* YOUR OBJECTIVE
Restate word for word the entries below, starting with the line with "v 6.266 1.54 -4.877" and continuing through the line with "v 3.261 0 -0.649". Include both of those lines and no others.

#### MATERIAL FOR THE TASK ####

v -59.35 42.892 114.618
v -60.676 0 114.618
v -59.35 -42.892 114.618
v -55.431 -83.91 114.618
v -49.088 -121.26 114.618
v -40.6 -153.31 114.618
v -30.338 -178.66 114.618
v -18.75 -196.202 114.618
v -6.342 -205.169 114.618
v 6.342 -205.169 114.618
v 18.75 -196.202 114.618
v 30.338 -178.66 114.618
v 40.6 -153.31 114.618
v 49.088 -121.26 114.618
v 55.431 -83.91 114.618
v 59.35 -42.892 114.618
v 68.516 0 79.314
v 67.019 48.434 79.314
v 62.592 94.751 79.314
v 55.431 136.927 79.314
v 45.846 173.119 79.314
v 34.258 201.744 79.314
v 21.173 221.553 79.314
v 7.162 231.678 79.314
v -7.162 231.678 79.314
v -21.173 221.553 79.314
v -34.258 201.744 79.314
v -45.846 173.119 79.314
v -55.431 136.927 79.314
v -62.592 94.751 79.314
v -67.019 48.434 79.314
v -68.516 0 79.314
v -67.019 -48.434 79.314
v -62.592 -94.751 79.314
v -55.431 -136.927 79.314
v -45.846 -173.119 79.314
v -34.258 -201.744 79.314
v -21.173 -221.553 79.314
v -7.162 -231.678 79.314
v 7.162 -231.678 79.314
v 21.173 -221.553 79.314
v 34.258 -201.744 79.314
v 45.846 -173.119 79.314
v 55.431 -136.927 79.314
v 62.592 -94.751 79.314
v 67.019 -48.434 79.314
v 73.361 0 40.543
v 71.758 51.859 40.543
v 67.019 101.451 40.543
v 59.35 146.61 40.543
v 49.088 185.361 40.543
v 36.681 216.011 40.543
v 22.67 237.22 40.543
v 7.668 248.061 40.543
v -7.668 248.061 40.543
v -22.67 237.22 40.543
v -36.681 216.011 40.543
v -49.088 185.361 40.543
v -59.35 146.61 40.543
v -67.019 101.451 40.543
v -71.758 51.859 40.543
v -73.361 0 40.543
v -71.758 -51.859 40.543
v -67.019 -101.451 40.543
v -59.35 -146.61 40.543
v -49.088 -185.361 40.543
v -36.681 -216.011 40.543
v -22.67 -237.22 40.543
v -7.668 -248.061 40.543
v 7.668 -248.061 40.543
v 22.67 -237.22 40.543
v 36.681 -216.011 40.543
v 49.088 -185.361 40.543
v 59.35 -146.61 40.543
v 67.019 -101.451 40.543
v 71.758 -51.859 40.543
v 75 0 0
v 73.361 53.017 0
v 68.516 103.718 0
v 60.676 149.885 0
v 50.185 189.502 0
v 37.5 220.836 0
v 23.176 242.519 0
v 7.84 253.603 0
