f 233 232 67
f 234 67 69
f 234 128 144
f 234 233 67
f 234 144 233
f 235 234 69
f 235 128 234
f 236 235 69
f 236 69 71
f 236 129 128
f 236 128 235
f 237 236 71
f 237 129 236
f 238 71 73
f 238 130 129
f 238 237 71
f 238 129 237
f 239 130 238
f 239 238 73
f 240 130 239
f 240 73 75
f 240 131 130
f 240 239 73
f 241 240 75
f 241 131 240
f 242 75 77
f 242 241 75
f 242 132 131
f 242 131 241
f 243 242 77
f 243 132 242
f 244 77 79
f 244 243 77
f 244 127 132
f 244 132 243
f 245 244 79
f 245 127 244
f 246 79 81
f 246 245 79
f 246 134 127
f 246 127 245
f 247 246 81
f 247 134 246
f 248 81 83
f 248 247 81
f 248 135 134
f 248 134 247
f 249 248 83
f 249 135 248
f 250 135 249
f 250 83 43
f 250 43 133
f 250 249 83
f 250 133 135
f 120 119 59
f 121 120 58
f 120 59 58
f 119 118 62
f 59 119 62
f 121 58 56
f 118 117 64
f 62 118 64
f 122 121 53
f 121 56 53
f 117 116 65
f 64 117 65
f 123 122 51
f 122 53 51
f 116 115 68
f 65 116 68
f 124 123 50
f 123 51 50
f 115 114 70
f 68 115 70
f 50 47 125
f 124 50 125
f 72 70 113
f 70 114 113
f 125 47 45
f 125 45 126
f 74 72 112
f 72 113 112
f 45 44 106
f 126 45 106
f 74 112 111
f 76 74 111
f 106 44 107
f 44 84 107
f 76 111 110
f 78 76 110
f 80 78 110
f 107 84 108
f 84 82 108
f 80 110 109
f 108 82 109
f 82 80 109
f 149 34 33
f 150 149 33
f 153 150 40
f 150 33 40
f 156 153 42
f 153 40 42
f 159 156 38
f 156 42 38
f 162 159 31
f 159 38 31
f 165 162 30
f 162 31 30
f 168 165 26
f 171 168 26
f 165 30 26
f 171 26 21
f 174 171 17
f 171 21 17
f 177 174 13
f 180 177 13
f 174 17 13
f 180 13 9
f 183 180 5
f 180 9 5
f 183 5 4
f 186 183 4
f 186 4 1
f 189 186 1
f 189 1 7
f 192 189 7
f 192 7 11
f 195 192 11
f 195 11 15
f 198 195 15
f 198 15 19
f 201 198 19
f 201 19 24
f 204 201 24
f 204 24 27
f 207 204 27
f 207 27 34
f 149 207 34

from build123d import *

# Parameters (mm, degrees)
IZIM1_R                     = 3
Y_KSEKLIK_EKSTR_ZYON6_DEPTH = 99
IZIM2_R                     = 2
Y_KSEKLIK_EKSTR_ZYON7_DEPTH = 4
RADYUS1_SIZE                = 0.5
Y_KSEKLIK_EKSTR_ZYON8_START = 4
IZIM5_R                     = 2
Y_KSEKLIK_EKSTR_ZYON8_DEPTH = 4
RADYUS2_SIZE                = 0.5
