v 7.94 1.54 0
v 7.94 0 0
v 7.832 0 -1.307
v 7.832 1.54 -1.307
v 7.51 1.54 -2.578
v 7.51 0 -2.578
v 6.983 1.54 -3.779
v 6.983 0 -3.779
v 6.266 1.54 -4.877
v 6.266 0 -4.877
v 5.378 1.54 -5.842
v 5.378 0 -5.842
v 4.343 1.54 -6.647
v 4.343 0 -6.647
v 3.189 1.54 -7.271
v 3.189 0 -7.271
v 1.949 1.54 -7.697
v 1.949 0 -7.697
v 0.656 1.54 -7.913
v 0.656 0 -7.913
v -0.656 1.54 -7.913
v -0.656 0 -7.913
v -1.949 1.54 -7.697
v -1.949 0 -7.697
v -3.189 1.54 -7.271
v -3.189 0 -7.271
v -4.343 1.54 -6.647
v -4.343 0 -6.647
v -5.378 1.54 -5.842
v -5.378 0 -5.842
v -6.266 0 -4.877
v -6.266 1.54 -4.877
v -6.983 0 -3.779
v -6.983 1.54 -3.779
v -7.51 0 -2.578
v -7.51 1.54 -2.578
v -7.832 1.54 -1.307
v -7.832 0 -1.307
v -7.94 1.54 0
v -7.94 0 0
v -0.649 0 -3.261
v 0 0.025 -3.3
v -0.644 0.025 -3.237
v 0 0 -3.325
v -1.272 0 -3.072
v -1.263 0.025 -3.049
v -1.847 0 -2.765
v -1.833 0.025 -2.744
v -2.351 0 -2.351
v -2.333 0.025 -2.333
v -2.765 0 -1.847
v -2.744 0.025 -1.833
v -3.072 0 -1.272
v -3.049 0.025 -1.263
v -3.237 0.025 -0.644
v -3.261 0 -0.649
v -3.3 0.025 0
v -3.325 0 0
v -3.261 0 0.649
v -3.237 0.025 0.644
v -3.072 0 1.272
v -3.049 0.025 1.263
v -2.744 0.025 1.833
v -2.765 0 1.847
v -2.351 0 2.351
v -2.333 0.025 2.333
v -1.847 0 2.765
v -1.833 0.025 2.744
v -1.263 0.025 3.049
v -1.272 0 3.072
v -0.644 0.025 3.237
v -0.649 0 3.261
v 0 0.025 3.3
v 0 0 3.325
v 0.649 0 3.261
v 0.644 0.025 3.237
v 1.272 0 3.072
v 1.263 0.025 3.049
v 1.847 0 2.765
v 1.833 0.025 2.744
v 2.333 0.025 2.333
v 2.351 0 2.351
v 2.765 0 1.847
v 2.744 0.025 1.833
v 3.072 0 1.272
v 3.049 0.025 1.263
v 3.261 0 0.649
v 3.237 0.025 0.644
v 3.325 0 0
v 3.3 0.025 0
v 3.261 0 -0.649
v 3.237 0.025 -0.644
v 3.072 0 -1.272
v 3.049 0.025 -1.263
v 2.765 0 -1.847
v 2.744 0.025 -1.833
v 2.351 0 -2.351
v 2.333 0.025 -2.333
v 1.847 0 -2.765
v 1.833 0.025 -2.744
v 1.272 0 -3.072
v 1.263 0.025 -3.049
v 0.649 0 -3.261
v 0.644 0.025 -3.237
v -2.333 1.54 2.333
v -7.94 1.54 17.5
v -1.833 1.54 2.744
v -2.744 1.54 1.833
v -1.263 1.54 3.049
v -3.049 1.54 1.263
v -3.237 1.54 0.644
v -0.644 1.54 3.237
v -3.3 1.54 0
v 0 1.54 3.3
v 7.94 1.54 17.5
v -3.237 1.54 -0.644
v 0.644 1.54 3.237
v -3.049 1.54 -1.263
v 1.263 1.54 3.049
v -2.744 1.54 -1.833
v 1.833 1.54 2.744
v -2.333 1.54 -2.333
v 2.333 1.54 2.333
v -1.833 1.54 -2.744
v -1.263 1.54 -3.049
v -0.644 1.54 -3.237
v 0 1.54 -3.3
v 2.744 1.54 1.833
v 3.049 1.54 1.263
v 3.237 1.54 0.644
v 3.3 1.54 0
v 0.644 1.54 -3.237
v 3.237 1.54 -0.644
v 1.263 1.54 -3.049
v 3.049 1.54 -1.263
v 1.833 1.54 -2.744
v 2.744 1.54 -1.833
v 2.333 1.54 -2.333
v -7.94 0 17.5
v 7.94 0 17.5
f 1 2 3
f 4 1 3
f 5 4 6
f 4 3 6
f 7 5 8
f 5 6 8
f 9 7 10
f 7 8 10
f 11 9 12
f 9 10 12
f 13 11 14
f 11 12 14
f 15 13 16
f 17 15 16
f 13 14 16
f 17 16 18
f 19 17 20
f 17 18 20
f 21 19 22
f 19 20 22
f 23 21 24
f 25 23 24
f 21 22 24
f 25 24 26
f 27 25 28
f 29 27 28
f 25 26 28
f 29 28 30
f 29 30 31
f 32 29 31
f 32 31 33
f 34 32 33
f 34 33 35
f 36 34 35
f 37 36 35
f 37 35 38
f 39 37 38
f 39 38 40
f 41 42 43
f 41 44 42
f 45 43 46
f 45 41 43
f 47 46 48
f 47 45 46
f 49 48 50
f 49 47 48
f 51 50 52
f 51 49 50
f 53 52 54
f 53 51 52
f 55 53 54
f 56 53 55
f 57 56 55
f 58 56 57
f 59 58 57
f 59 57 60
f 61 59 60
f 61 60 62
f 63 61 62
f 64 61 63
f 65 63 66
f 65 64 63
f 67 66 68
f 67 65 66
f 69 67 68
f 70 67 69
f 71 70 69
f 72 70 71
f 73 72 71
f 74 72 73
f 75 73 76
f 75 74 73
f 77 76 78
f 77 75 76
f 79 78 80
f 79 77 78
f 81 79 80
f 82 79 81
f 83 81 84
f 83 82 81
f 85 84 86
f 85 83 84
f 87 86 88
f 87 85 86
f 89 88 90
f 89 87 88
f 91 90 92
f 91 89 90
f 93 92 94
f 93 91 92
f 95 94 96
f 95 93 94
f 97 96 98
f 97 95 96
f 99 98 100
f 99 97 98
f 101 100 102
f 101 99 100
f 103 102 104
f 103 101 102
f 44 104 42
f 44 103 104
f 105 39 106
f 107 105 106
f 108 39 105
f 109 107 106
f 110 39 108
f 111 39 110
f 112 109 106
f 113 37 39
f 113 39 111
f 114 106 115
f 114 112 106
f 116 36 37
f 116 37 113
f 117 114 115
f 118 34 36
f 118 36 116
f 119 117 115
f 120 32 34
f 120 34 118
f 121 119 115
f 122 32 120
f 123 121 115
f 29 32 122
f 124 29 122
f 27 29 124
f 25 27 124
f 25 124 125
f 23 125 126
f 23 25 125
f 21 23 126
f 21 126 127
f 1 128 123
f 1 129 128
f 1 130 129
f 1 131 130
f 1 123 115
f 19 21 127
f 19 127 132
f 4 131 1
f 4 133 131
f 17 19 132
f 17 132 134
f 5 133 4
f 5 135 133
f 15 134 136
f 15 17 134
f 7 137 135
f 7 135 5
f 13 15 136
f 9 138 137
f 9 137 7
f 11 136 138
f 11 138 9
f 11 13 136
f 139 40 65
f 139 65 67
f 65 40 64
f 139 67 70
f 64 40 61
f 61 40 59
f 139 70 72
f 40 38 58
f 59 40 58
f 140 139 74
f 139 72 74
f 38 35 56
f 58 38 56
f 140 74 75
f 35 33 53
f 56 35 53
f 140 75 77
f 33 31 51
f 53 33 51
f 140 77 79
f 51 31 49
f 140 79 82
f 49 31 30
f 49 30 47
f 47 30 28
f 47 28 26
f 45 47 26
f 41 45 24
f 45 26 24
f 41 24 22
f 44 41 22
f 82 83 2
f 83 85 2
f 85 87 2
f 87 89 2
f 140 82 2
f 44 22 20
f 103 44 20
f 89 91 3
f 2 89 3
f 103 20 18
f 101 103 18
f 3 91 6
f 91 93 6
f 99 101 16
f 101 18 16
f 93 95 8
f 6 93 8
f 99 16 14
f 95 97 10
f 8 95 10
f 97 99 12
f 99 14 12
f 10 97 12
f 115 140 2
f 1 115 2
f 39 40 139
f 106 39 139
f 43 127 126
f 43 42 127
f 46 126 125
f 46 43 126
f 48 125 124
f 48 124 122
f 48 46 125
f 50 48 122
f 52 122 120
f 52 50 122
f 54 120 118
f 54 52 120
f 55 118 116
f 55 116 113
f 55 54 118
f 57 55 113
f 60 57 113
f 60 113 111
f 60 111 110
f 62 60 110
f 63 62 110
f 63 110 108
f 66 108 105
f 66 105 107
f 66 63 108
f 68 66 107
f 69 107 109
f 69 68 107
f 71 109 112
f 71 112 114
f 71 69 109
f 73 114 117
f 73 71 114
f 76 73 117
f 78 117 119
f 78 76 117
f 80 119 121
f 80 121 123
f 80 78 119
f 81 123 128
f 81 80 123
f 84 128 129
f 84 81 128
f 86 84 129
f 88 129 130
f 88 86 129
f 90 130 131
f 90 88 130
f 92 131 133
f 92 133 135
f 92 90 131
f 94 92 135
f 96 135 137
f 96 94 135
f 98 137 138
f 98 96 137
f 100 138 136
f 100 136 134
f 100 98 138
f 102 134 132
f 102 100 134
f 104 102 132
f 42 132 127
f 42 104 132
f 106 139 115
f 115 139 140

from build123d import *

# Parameters (mm, degrees)
SKETCH1_R           = 7.94
BOSS_EXTRUDE1_DEPTH = 1.54


with BuildPart() as part:
    # Sketch1 → Boss-Extrude1 (new body)
    with BuildSketch(Plane(origin=(0, 0, 0), x_dir=(1, 0, 0), z_dir=(0, 1, 0))):
        Circle(SKETCH1_R)
        with BuildLine():
            ThreePointArc((7.94, 0), (0, -7.94), (-7.94, 0))
            Line((-7.94, 0), (-7.94, -17.5))
            Line((-7.94, -17.5), (7.94, -17.5))
            Line((7.94, -17.5), (7.94, 0))
        make_face()
    extrude(amount=BOSS_EXTRUDE1_DEPTH)

    # Sketch3 → M6 Clearance Hole1 (revolve, cut)
    with BuildSketch(Plane(origin=(0, 0, 0), x_dir=(0, 0, -1), z_dir=(1, 0, 0))):
        Polygon((0, 0), (0, 1.54), (3.3, 1.54), (3.3, 0.025), (3.325, 0), align=None)
    revolve(axis=Axis((0, -6.35, 0), (0, 1, 0)), mode=Mode.SUBTRACT)


solid = part.part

####

* PROBLEM SOLUTION
v 6.266 1.54 -4.877
v 6.266 0 -4.877
v 5.378 1.54 -5.842
v 5.378 0 -5.842
v 4.343 1.54 -6.647
v 4.343 0 -6.647
v 3.189 1.54 -7.271
v 3.189 0 -7.271
v 1.949 1.54 -7.697
v 1.949 0 -7.697
v 0.656 1.54 -7.913
v 0.656 0 -7.913
v -0.656 1.54 -7.913
v -0.656 0 -7.913
v -1.949 1.54 -7.697
v -1.949 0 -7.697
v -3.189 1.54 -7.271
v -3.189 0 -7.271
v -4.343 1.54 -6.647
v -4.343 0 -6.647
v -5.378 1.54 -5.842
v -5.378 0 -5.842
v -6.266 0 -4.877
v -6.266 1.54 -4.877
v -6.983 0 -3.779
v -6.983 1.54 -3.779
v -7.51 0 -2.578
v -7.51 1.54 -2.578
v -7.832 1.54 -1.307
v -7.832 0 -1.307
v -7.94 1.54 0
v -7.94 0 0
v -0.649 0 -3.261
v 0 0.025 -3.3
v -0.644 0.025 -3.237
v 0 0 -3.325
v -1.272 0 -3.072
v -1.263 0.025 -3.049
v -1.847 0 -2.765
v -1.833 0.025 -2.744
v -2.351 0 -2.351
v -2.333 0.025 -2.333
v -2.765 0 -1.847
v -2.744 0.025 -1.833
v -3.072 0 -1.272
v -3.049 0.025 -1.263
v -3.237 0.025 -0.644
v -3.261 0 -0.649
v -3.3 0.025 0
v -3.325 0 0
v -3.261 0 0.649
v -3.237 0.025 0.644
v -3.072 0 1.272
v -3.049 0.025 1.263
v -2.744 0.025 1.833
v -2.765 0 1.847
v -2.351 0 2.351
v -2.333 0.025 2.333
v -1.847 0 2.765
v -1.833 0.025 2.744
v -1.263 0.025 3.049
v -1.272 0 3.072
v -0.644 0.025 3.237
v -0.649 0 3.261
v 0 0.025 3.3
v 0 0 3.325
v 0.649 0 3.261
v 0.644 0.025 3.237
v 1.272 0 3.072
v 1.263 0.025 3.049
v 1.847 0 2.765
v 1.833 0.025 2.744
v 2.333 0.025 2.333
v 2.351 0 2.351
v 2.765 0 1.847
v 2.744 0.025 1.833
v 3.072 0 1.272
v 3.049 0.025 1.263
v 3.261 0 0.649
v 3.237 0.025 0.644
v 3.325 0 0
v 3.3 0.025 0
v 3.261 0 -0.649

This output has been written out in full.